Abstract: Infectious, autoimmune, and chronic inflammatory diseases present a rising threat, underlining the need for a deeper understanding of how the immune system recognizes—or fails to recognize—pathogens.  Many prevailing gaps in our knowledge can be attributed to an imbalance between the cross-disciplinary nature of the immune response and a lack of truly interdisciplinary studies of the underlying mechanisms.  Moreover, there is mounting evidence that insight into the human immune system cannot be reliably inferred from animal models or cell lines.

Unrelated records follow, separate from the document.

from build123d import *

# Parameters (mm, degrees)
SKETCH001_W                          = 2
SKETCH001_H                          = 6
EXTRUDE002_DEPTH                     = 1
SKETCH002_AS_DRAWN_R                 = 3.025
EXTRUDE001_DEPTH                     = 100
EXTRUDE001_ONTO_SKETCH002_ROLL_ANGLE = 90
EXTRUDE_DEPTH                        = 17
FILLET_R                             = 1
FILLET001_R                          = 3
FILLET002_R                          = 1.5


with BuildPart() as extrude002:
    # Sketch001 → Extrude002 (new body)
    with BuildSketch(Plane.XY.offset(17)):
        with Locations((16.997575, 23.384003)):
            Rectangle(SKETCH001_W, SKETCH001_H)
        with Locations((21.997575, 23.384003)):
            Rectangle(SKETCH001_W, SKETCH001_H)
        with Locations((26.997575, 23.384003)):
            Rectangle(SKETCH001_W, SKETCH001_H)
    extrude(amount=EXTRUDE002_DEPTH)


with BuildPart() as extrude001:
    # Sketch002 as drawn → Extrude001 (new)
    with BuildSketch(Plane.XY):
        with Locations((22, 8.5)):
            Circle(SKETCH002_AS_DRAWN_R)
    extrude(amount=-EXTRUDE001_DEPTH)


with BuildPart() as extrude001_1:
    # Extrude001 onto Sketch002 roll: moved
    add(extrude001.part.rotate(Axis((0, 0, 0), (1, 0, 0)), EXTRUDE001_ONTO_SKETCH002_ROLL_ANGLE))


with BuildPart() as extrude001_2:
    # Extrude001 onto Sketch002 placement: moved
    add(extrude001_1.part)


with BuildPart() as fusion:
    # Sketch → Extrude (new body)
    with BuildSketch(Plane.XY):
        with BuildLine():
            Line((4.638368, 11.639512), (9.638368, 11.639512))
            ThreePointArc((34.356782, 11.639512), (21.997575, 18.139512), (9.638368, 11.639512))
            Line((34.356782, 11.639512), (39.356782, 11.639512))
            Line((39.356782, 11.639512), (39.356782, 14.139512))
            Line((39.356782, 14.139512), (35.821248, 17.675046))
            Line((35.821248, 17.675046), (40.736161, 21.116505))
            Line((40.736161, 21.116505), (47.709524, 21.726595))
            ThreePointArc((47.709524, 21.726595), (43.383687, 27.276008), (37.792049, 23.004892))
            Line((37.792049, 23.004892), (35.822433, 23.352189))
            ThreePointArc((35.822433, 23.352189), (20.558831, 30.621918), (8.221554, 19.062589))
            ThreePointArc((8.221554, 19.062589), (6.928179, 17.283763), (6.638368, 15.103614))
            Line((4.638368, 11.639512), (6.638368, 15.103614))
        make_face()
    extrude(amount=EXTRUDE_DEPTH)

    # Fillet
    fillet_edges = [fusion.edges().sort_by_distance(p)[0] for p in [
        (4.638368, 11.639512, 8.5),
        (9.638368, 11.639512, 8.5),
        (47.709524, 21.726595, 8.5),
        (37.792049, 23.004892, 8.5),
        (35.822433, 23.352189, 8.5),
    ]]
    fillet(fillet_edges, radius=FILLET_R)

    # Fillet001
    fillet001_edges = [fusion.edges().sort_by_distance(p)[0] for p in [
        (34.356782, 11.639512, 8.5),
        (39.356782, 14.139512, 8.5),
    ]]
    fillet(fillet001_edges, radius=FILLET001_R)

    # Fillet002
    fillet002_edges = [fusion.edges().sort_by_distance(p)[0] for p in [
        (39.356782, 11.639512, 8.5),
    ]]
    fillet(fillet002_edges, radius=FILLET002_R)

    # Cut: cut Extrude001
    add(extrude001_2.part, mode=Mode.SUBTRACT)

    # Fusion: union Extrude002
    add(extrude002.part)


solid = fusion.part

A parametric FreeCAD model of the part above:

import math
import FreeCAD as App
import Part
import Sketcher
Q = App.Units.Quantity


def edges_at(feature, points):
    """Names of the edges that pass closest to the given points."""
    edges = feature.Shape.Edges
    near = lambda p: min(range(len(edges)), key=lambda i: edges[i].distToShape(Part.Vertex(*p))[0])
    return sorted({f"Edge{near(p) + 1}" for p in points})

doc = App.newDocument("Part")
body = doc.addObject("PartDesign::Body", "Body")
body.AllowCompound = True

# Sketch on XY plane
sketch1 = body.newObject("Sketcher::SketchObject", "Sketch")
sketch1.AttachmentSupport = (doc.getObject("XY_Plane"), [""])
sketch1.MapMode = "FlatFace"
sketch1.AttachmentOffset = App.Placement(App.Vector(0, 0, 17), App.Rotation())
sketch1.addGeometry([
    Part.LineSegment(App.Vector(15.997575, 26.384003, 0), App.Vector(15.997575, 20.384003, 0)),  # 0
    Part.LineSegment(App.Vector(15.997575, 20.384003, 0), App.Vector(17.997575, 20.384003, 0)),  # 1
    Part.LineSegment(App.Vector(17.997575, 20.384003, 0), App.Vector(17.997575, 26.384003, 0)),  # 2
    Part.LineSegment(App.Vector(17.997575, 26.384003, 0), App.Vector(15.997575, 26.384003, 0)),  # 3
    Part.LineSegment(App.Vector(20.997575, 26.384003, 0), App.Vector(20.997575, 20.384003, 0)),  # 4
    Part.LineSegment(App.Vector(20.997575, 20.384003, 0), App.Vector(22.997575, 20.384003, 0)),  # 5
    Part.LineSegment(App.Vector(22.997575, 20.384003, 0), App.Vector(22.997575, 26.384003, 0)),  # 6
    Part.LineSegment(App.Vector(22.997575, 26.384003, 0), App.Vector(20.997575, 26.384003, 0)),  # 7
    Part.LineSegment(App.Vector(25.997575, 26.384003, 0), App.Vector(25.997575, 20.384003, 0)),  # 8
    Part.LineSegment(App.Vector(25.997575, 20.384003, 0), App.Vector(27.997575, 20.384003, 0)),  # 9
    Part.LineSegment(App.Vector(27.997575, 20.384003, 0), App.Vector(27.997575, 26.384003, 0)),  # 10
    Part.LineSegment(App.Vector(27.997575, 26.384003, 0), App.Vector(25.997575, 26.384003, 0)),  # 11
], False)
sketch1.addConstraint([
    Sketcher.Constraint("Coincident", 0, 2, 1, 1),
    Sketcher.Constraint("Coincident", 1, 2, 2, 1),
    Sketcher.Constraint("Coincident", 2, 2, 3, 1),
    Sketcher.Constraint("Coincident", 3, 2, 0, 1),
    Sketcher.Constraint("Coincident", 4, 2, 5, 1),
    Sketcher.Constraint("Coincident", 5, 2, 6, 1),
    Sketcher.Constraint("Coincident", 6, 2, 7, 1),
    Sketcher.Constraint("Coincident", 7, 2, 4, 1),
    Sketcher.Constraint("Coincident", 8, 2, 9, 1),
    Sketcher.Constraint("Coincident", 9, 2, 10, 1),
    Sketcher.Constraint("Coincident", 10, 2, 11, 1),
    Sketcher.Constraint("Coincident", 11, 2, 8, 1),
    Sketcher.Constraint("Vertical", 0),
    Sketcher.Constraint("Horizontal", 1),
    Sketcher.Constraint("Vertical", 2),
    Sketcher.Constraint("Horizontal", 3),
    Sketcher.Constraint("Vertical", 4),
    Sketcher.Constraint("Horizontal", 5),
    Sketcher.Constraint("Vertical", 6),
    Sketcher.Constraint("Horizontal", 7),
    Sketcher.Constraint("Vertical", 8),
    Sketcher.Constraint("Horizontal", 9),
    Sketcher.Constraint("Vertical", 10),
    Sketcher.Constraint("Horizontal", 11),
    Sketcher.Constraint("Horizontal", 1, 2, 4, 2),
    Sketcher.Constraint("Horizontal", 3, 2, 6, 2),
    Sketcher.Constraint("Horizontal", 5, 2, 8, 2),
    Sketcher.Constraint("Horizontal", 7, 2, 10, 2),
    Sketcher.Constraint("Equal", 3, 5),
    Sketcher.Constraint("Equal", 7, 9),
    Sketcher.Constraint("DistanceX", 1, 1, 1, 2, 2.0),
    Sketcher.Constraint("DistanceY", 0, 2, 0, 1, 6.0),
    Sketcher.Constraint("DistanceX", 1, 2, 4, 2, 3.0),
    Sketcher.Constraint("DistanceX", 5, 2, 8, 2, 3.0),
    Sketcher.Constraint("DistanceX", -1, 1, 0, 2, 15.997575),
    Sketcher.Constraint("DistanceY", -1, 1, 0, 2, 20.384003),
])
pad1 = body.newObject("PartDesign::Pad", "Pad")
pad1.Profile = sketch1
pad1.Length = 1
body2 = doc.addObject("PartDesign::Body", "Body001")

# Sketch on XY plane
sketch2 = body2.newObject("Sketcher::SketchObject", "Sketch001")
sketch2.AttachmentSupport = (doc.getObject("XY_Plane001"), [""])
sketch2.MapMode = "FlatFace"
sketch2.addGeometry(Part.Circle(App.Vector(22, 8.5, 0), App.Vector(0, 0, 1), 3.025), False)
sketch2.addConstraint([
    Sketcher.Constraint("Diameter", 0, 6.05),
    Sketcher.Constraint("DistanceX", -1, 1, 0, 3, 22.0),
    Sketcher.Constraint("DistanceY", -1, 1, 0, 3, 8.5),
])
pad2 = body2.newObject("PartDesign::Pad", "Pad001")
pad2.Profile = sketch2
pad2.Length = 100
pad2.Reversed = True
body3 = doc.addObject("PartDesign::Body", "Body002")
doc.recompute()

body2.Placement = App.Placement(App.Vector(0, 0, 0), App.Rotation(App.Vector(1, 0, 0), 90))
boolean = body3.newObject("PartDesign::Boolean", "Boolean")
boolean.Type = "Fuse"
boolean.addObjects([body2])
body4 = doc.addObject("PartDesign::Body", "Body003")

# Sketch on XY plane
sketch3 = body4.newObject("Sketcher::SketchObject", "Sketch002")
sketch3.AttachmentSupport = (doc.getObject("XY_Plane003"), [""])
sketch3.MapMode = "FlatFace"
sketch3.addGeometry([
    Part.LineSegment(App.Vector(4.638368, 11.639512, 0), App.Vector(9.638368, 11.639512, 0)),  # 0
    Part.ArcOfCircle(Part.Circle(App.Vector(21.997575, 3.139512, 0), App.Vector(0, 0, 1), 15), math.radians(34.518107), math.radians(145.481893)),  # 1
    Part.LineSegment(App.Vector(34.356782, 11.639512, 0), App.Vector(39.356782, 11.639512, 0)),  # 2
    Part.LineSegment(App.Vector(39.356782, 11.639512, 0), App.Vector(39.356782, 14.139512, 0)),  # 3
    Part.LineSegment(App.Vector(39.356782, 14.139512, 0), App.Vector(35.821248, 17.675046, 0)),  # 4
    Part.LineSegment(App.Vector(35.821248, 17.675046, 0), App.Vector(40.736161, 21.116505, 0)),  # 5
    Part.LineSegment(App.Vector(40.736161, 21.116505, 0), App.Vector(47.709524, 21.726595, 0)),  # 6
    Part.ArcOfCircle(Part.Circle(App.Vector(42.744508, 22.317031, 0), App.Vector(0, 0, 1), 5), math.radians(-6.781725), math.radians(172.092619)),  # 7
    Part.LineSegment(App.Vector(37.792049, 23.004892, 0), App.Vector(35.822433, 23.352189, 0)),  # 8
    Part.ArcOfCircle(Part.Circle(App.Vector(22.862407, 15.799855, 0), App.Vector(0, 0, 1), 15.000001), math.radians(30.231095), math.radians(167.436846)),  # 9
    Part.ArcOfCircle(Part.Circle(App.Vector(11.083526, 15.622049, 0), App.Vector(0, 0, 1), 4.475288), math.radians(129.754963), math.radians(186.652299)),  # 10
    Part.LineSegment(App.Vector(6.638368, 15.103614, 0), App.Vector(4.638368, 11.639512, 0)),  # 11
], False)
sketch3.addConstraint([
    Sketcher.Constraint("Coincident", 0, 2, 1, 2),
    Sketcher.Constraint("Coincident", 1, 1, 2, 1),
    Sketcher.Constraint("Coincident", 2, 2, 3, 1),
    Sketcher.Constraint("Coincident", 3, 2, 4, 1),
    Sketcher.Constraint("Coincident", 4, 2, 5, 1),
    Sketcher.Constraint("Coincident", 5, 2, 6, 1),
    Sketcher.Constraint("Coincident", 6, 2, 7, 1),
    Sketcher.Constraint("Coincident", 7, 2, 8, 1),
    Sketcher.Constraint("Coincident", 8, 2, 9, 1),
    Sketcher.Constraint("Coincident", 9, 2, 10, 1),
    Sketcher.Constraint("Coincident", 10, 2, 11, 1),
    Sketcher.Constraint("Coincident", 11, 2, 0, 1),
    Sketcher.Constraint("Horizontal", 0),
    Sketcher.Constraint("Horizontal", 2),
    Sketcher.Constraint("Vertical", 3),
    Sketcher.Constraint("Equal", 1, 9),
    Sketcher.Constraint("Horizontal", 0, 2, 1, 1),
    Sketcher.Constraint("Equal", 0, 2),
    Sketcher.Constraint("Radius", 1, 15.0),
    Sketcher.Constraint("Radius", 7, 5.0),
    Sketcher.Constraint("DistanceX", 0, 1, 0, 2, 5.0),
    Sketcher.Constraint("Angle", 4, Q("135 deg")),
    Sketcher.Constraint("Angle", 5, Q("34.999999 deg")),
    Sketcher.Constraint("Angle", 6, Q("4.999998 deg")),
    Sketcher.Constraint("Angle", 8, Q("169.999984 deg")),
    Sketcher.Constraint("Angle", 11, Q("-119.999997 deg")),
    Sketcher.Constraint("Distance", 4, 5.0),
    Sketcher.Constraint("Distance", 5, 6.000001),
    Sketcher.Constraint("Distance", 6, 7.0),
    Sketcher.Constraint("Distance", 8, 2.000001),
    Sketcher.Constraint("Distance", 11, 4.0),
    Sketcher.Constraint("DistanceY", 3, 1, 3, 2, 2.5),
    Sketcher.Constraint("DistanceY", 1, 3, 3, 2, 11.0),
    Sketcher.Constraint("Radius", 10, 4.475288),
    Sketcher.Constraint("DistanceX", 9, 3, 7, 3, 19.882101),
    Sketcher.Constraint("DistanceX", 4, 2, 7, 2, 1.970801),
    Sketcher.Constraint("DistanceY", -1, 1, 7, 3, 22.317031),
    Sketcher.Constraint("DistanceY", -1, 1, 10, 3, 15.622049),
    Sketcher.Constraint("DistanceX", -1, 1, 5, 2, 40.736161),
    Sketcher.Constraint("DistanceY", -1, 1, 8, 2, 23.352189),
])
pad3 = body4.newObject("PartDesign::Pad", "Pad002")
pad3.Profile = sketch3
pad3.Length = 17
doc.recompute()

fillet = body4.newObject("PartDesign::Fillet", "Fillet")
fillet.Base = (pad3, edges_at(pad3, [
    (4.638, 11.64, 8.5),
    (9.638, 11.64, 8.5),
    (47.71, 21.727, 8.5),
    (37.792, 23.005, 8.5),
    (35.822, 23.352, 8.5),
]))
fillet.Radius = 1
doc.recompute()

fillet2 = body4.newObject("PartDesign::Fillet", "Fillet001")
fillet2.Base = (fillet, edges_at(fillet, [(34.357, 11.64, 8.5), (39.357, 14.14, 8.5)]))
fillet2.Radius = 3
doc.recompute()

fillet3 = body4.newObject("PartDesign::Fillet", "Fillet002")
fillet3.Base = (fillet2, edges_at(fillet2, [(39.357, 11.64, 8.5)]))
fillet3.Radius = 1.5
doc.recompute()

boolean2 = body4.newObject("PartDesign::Boolean", "Boolean001")
boolean2.Type = "Cut"
boolean2.addObjects([body3])
doc.recompute()

boolean3 = body4.newObject("PartDesign::Boolean", "Boolean002")
boolean3.Type = "Fuse"
boolean3.addObjects([body])

doc.recompute()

Immune cells are perhaps the most relevant functional units of the immune system.  Mechanistic analyses of single-live-cell encounters with microbes deserve a front-and-center place in the study of host-pathogen interactions.  To unravel how the innate immune system coordinates different stages of the cell response to pathogens, an integrative strategy should examine the spectrum of mechanisms by which immune cells home in on (by chemotaxis), take hold of (through adhesion), and internalize (by phagocytosis) microbes.  We here discuss new, interdisciplinary approaches to study independently single-cell chemotaxis, adhesion, and phagocytosis by analyzing one-on-one encounters between immune cells and bacteria or fungi.  These experiments use non-adherent cells, thus preventing premature cell activation.  They offer unprecedented control over cell-microbe contacts and have a time resolution of fractions of a second.  They also facilitate an essentially axisymmetric configuration of the cell-microbe pair, which is viewed from the side, allowing us to visualize the interaction with unique clarity.  These experiments have been validated with various types of human immune (and other) cells, and have already revealed insight into cellular behavior that had been inaccessible to traditional techniques.